Chapter | 2 Analyses plots

2.1 UpSet plot of merged analyses sources

Below you can see a UpSet plot of the merged analyses.

In the lower left corner you can see the number of Genes originating from each of the different resources, after that resources are sorted on the right side. UpSet plots generally represent the intersections of a data set in the form of a matrix, as can be seen in the graph below.

  • Each column corresponds to a set, and the bar graphs at the top show the size of the set.
  • Each row corresponds to a possible intersection: the dark filled circles show which set is part of an intersection.
  • For example, the first column shows that most of the genes found in only one of the five sources are derived from the PubTator query, and in the third column you can see that 177 Genes are found in all five sources.

2.2 Bar plot of PanelApp results

Below you can see a Bar plot of the PanelApp analysis.

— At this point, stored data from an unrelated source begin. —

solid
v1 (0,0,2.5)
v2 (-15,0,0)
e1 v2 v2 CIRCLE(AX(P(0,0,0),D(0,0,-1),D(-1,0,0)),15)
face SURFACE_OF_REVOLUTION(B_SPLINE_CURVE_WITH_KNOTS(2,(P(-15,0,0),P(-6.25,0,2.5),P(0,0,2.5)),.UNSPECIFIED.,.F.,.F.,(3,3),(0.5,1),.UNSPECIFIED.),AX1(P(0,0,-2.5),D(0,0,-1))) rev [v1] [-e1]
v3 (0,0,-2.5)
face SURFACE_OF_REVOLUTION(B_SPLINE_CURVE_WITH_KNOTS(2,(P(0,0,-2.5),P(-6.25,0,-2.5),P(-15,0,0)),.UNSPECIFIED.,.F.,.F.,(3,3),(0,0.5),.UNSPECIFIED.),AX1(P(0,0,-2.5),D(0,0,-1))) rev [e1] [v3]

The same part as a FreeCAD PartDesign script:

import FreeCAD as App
import Part
import Sketcher

V = App.Vector

doc = App.newDocument("Part")
body = doc.addObject("PartDesign::Body", "Body")

sketch1 = doc.addObject("Sketcher::SketchObject", "Sketch")
body.addObject(sketch1)
sketch1.AttachmentSupport = (doc.XZ_Plane, [""])
sketch1.MapMode = "FlatFace"
sketch1.addGeometry([
    Part.LineSegment(V(0, 2.5, 0), V(0, -2.5, 0)),
    Part.BSplineCurve([V(-15, 0, 0), V(-6.25, -2.5, 0), V(0, -2.5, 0)], [3, 3], [0, 0.5], False, 2, [1, 1, 1], False),
    Part.BSplineCurve([V(0, 2.5, 0), V(-6.25, 2.5, 0), V(-15, 0, 0)], [3, 3], [0.5, 1], False, 2, [1, 1, 1], False),
], False)
sketch1.addConstraint([
    Sketcher.Constraint("Block", 1),
    Sketcher.Constraint("Block", 2),
    Sketcher.Constraint("Coincident", 0, 2, 1, 2),
    Sketcher.Constraint("Coincident", 2, 1, 0, 1),
])
revolution = doc.addObject("PartDesign::Revolution", "Revolution")
body.addObject(revolution)
revolution.Profile = sketch1
revolution.ReferenceAxis = (sketch1, ["V_Axis"])
revolution.Angle = 360

doc.recompute()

We retrieved all kidney disease related panels from both PanelApp UK and PanelApp Australia, meaning all panels that include “renal” or “kidney” in its name.

  • The y axis shows the number of Genes in the different panels, which is also visualized by the height of the bars.
  • The x axis displays the number of panels (source_count), i.e. in how many different panels a single Gene occurred.
  • For example 38 Genes occurred in just one panel and 2 Genes were present in all thirty different panels.

2.3 Bar plot of Literature results

Below you can see a Bar plot of the Literature analysis.

We identified Genes associated with kidney disease in a systematic Literature search using the following search query:
(1) “Kidney”[Mesh] OR “Kidney Diseases”[Mesh] OR kidney OR renal AND
(2) “Genetic Structures”[Mesh] OR “Genes”[Mesh] OR genetic test OR gene panel OR gene panels OR multigene panel OR targeted panel*

  • The y axis shows the number of Genes in different publications, which is also visualized by the height of the bars.
  • The x axis displays the number of publications (source_count), i.e. in how many different publications a single Gene occurred.
  • For example 331 Genes occurred in just one of the publications and 1 Gene was present in all 13 different publications.

2.4 Bar plot of Diagnostic panels results

Below you can see a Bar plot of the Diagnostic panels analysis.

We used ten common diagnostic panels that can be purchased for genome analysis and extracted the screened Genes from them.

  • The y axis shows the number of Genes in the different diagnostic panels, which is also visualized by the height of the bars.
  • The x axis displays the number of panels (source_count), i.e. in how many different panels a single Gene occurred.
  • For example 371 Genes occurred in just one panel and 56 Genes were present in all ten different panels.

2.5 Bar plot of HPO in rare disease databases results

Below you can see a Bar plot of the HPO-term based query in rare disease databases (OMIM, Orphanet).

We used eight common databases for rare diseases and screened them for kidney disease associated Genes from a Human Phenotype Ontology (HPO) based search query. The most comprehensive HPO term used was “Abnormality of the upper urinary tract” (HP:0010935) and included all sub group terms. We deliberately chose these to be somewhat broader in order to fully include all relevant kidney diseases such as CAKUT, among others.

  • The y axis shows the number of Genes in the different rare disease databases, which is also visualized by the height of the bars.
  • The x axis displays the number of databases (source_count), i.e. in how many different databases a single Gene occurred.
  • For example 652 Genes occurred in just one database and 1 Gene was present in all eight different databases.

2.6 Bar plot of PubTator results

Below you can see a Bar plot of the PubTator analysis.

We retrieved all kidney disease associated Genes from a PubTator API-based automated literature extraction of publications available on PubMed.

  • The y axis shows the number of Genes in the different publications, which is also visualized by the height of the bars.
  • The x axis displays the number of publications (source_count), i.e. in how many different publications a single Gene occurred.
  • For example 914 Genes occurred in just one publication and 1 Gene was present in 1221 different publications.